What is the solubility (in g/L) of PbCl2 at 25 degree celsius? The solubility product of PbCl2 at 25 degrees celcius is 1.6x10-5.
I figured out the answer. Thanks.
To determine the solubility of PbCl2 at 25 degrees Celsius, we need to use the solubility product constant (Ksp) and the given solubility product value.
The solubility product constant (Ksp) is a measure of the maximum amount of a compound that can dissolve in a solution at a given temperature. It is the product of the molar concentrations of the dissolved ions, each raised to the power of their stoichiometric coefficients, as written in the balanced equation for the dissolution reaction.
For the dissolution of PbCl2, the balanced equation is:
PbCl2(s) ⇌ Pb2+(aq) + 2Cl-(aq)
According to the given information, the solubility product (Ksp) of PbCl2 at 25 degrees Celsius is 1.6x10^-5.
To find the solubility (in g/L), we need to consider the molar concentration of the dissolved ions.
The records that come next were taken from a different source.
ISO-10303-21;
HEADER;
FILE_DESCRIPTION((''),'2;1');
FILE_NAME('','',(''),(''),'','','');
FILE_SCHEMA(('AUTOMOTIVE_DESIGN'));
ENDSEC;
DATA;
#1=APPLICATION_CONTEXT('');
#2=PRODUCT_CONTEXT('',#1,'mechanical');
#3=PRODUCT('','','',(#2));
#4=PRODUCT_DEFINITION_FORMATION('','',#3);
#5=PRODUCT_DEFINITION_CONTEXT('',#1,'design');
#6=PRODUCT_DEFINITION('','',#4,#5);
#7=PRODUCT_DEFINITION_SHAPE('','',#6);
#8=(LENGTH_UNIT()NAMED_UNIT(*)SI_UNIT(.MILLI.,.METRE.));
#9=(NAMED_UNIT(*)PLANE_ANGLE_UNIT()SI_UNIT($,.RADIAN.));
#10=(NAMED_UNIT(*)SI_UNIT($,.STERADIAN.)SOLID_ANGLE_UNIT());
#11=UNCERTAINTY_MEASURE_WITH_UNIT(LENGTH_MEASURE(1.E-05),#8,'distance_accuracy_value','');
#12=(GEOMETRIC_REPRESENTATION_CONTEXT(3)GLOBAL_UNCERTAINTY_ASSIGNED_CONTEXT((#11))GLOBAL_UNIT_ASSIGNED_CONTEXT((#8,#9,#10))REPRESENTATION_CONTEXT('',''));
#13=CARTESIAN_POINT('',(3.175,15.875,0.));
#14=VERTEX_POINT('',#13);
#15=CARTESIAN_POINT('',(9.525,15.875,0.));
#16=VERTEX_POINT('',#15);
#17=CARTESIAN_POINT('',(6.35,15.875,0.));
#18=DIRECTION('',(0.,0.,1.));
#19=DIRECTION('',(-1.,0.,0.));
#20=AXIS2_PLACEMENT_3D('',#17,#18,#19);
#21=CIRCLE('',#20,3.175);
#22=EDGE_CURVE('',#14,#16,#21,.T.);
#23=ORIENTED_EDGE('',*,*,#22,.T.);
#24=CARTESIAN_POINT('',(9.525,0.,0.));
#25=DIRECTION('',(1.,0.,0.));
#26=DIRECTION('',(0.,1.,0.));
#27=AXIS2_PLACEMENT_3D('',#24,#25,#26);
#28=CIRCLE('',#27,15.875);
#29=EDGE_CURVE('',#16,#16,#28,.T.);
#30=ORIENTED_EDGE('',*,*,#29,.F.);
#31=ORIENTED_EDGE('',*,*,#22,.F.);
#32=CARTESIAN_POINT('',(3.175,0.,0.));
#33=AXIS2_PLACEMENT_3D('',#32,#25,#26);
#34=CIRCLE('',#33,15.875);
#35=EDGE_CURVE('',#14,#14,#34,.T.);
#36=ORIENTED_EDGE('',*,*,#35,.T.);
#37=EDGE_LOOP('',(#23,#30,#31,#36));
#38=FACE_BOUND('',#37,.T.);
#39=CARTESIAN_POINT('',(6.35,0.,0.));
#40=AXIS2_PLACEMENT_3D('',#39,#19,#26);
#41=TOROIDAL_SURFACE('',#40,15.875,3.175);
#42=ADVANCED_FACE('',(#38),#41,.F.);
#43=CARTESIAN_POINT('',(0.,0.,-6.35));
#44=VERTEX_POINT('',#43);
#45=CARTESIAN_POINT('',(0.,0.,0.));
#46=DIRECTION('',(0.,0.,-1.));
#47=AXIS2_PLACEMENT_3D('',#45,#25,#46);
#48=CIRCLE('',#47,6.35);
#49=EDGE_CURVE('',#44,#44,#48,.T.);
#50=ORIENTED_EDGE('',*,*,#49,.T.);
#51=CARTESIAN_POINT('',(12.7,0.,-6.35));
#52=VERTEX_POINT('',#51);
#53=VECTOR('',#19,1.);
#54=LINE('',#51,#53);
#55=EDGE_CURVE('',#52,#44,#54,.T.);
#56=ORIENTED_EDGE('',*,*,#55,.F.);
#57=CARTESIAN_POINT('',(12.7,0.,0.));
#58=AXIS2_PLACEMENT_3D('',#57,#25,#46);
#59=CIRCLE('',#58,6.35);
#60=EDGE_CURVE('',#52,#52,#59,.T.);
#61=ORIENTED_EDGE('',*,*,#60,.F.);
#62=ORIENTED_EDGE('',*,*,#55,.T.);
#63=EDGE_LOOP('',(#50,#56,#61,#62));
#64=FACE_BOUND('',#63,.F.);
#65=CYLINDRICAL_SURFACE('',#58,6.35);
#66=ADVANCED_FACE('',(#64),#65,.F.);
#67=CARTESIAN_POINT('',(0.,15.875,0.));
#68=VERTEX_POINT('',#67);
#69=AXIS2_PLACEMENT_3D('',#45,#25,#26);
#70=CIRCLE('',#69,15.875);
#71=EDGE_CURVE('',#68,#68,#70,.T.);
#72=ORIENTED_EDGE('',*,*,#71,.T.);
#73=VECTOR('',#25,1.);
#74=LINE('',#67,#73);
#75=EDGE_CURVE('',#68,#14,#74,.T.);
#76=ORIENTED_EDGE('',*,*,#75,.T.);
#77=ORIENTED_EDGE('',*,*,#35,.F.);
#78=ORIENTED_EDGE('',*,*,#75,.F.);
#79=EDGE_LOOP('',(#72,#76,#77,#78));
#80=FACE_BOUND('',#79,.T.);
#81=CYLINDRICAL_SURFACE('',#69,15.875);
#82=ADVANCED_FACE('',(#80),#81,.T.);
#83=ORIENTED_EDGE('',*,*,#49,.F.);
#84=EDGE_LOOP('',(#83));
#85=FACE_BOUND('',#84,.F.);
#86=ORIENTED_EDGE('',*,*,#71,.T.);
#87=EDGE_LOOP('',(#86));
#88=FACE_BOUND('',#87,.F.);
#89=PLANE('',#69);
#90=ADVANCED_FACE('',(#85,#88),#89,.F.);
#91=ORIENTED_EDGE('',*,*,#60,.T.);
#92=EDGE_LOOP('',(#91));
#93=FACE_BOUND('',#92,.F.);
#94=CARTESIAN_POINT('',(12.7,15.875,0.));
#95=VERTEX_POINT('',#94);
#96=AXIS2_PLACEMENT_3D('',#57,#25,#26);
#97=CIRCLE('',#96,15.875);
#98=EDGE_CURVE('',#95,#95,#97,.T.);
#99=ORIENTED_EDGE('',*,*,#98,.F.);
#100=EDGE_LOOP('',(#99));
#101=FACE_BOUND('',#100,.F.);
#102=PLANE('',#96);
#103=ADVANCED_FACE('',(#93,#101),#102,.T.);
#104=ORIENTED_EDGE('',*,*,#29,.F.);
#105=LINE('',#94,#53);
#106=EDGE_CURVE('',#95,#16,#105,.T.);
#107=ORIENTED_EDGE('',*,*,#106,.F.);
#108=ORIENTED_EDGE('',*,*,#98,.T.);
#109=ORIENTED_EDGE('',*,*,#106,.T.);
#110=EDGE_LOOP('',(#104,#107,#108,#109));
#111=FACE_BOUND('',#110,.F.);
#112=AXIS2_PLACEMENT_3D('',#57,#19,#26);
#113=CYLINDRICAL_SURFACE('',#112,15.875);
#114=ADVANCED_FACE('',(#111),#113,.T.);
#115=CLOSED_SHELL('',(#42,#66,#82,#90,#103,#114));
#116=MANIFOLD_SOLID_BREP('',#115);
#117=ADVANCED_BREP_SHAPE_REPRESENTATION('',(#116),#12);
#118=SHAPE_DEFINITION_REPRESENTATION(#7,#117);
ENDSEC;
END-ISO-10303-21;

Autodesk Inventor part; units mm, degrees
ref_plane "YZ Plane" through (0, 0, 0) normal (1, 0, 0) x (0, 1, 0)
ref_plane "XZ Plane" through (0, 0, 0) normal (0, 1, 0) x (-1, 0, 0)
ref_plane "XY Plane" through (0, 0, 0) normal (0, 0, 1) x (1, 0, 0)
sketch "Sketch1" plane through (0, 0, 0) normal (0, 0, 1) x (1, 0, 0)
  line L0 (0, 0) -> (12.7, 0)
  line L1 (12.7, 0) -> (12.7, 15.875)
  line L2 (0, 15.875) -> (0, 0)
  line L3 (0, 15.875) -> (3.175, 15.875)
  line L4 (12.7, 15.875) -> (9.525, 15.875)
  arc A0 (3.175, 15.875) -> (9.525, 15.875) centre (6.35, 15.875) ccw
  dimension "d0" = 12.7
  dimension "d1" = 15.875
  dimension "d2" = 3.175
  dimension "d3" = 3.175
revolve "Revolution1" add sketch "Sketch1" angle 360 about axis through (0, 0, 0) along (1, 0, 0)
sketch "Sketch2" plane through (12.7, 0, 0) normal (1, 0, 0) x (0, 0, -1)
  circle A0 centre (0, 0) radius 15.875 projected
  circle A1 centre (0, 0) radius 6.35
  dimension "d5" = 12.7
extrude "Extrusion1" cut sketch "Sketch2" against normal blind 25.4 contours A1
properties part number "polycord pully"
Since the stoichiometric coefficients in the balanced equation are 1:2 for Pb2+ and Cl-, respectively, the molar concentration of Pb2+ is equal to the solubility, and the molar concentration of Cl- is twice the solubility.
Let's assume the solubility of PbCl2 is "x" g/L.
Since we have 1 Pb2+ ion for each PbCl2 molecule, the molar concentration of Pb2+ will also be "x" M. And since we have 2 Cl- ions for each PbCl2 molecule, the molar concentration of Cl- will be "2x" M.
Now, using the balanced equation and the expression for Ksp, we can write an expression for Ksp in terms of solubility:
Ksp = [Pb2+][Cl-]^2
1.6x10^-5 = x * (2x)^2
1.6x10^-5 = 4x^3
Solving this equation will give us the value of "x," which represents the solubility of PbCl2 in g/L at 25 degrees Celsius.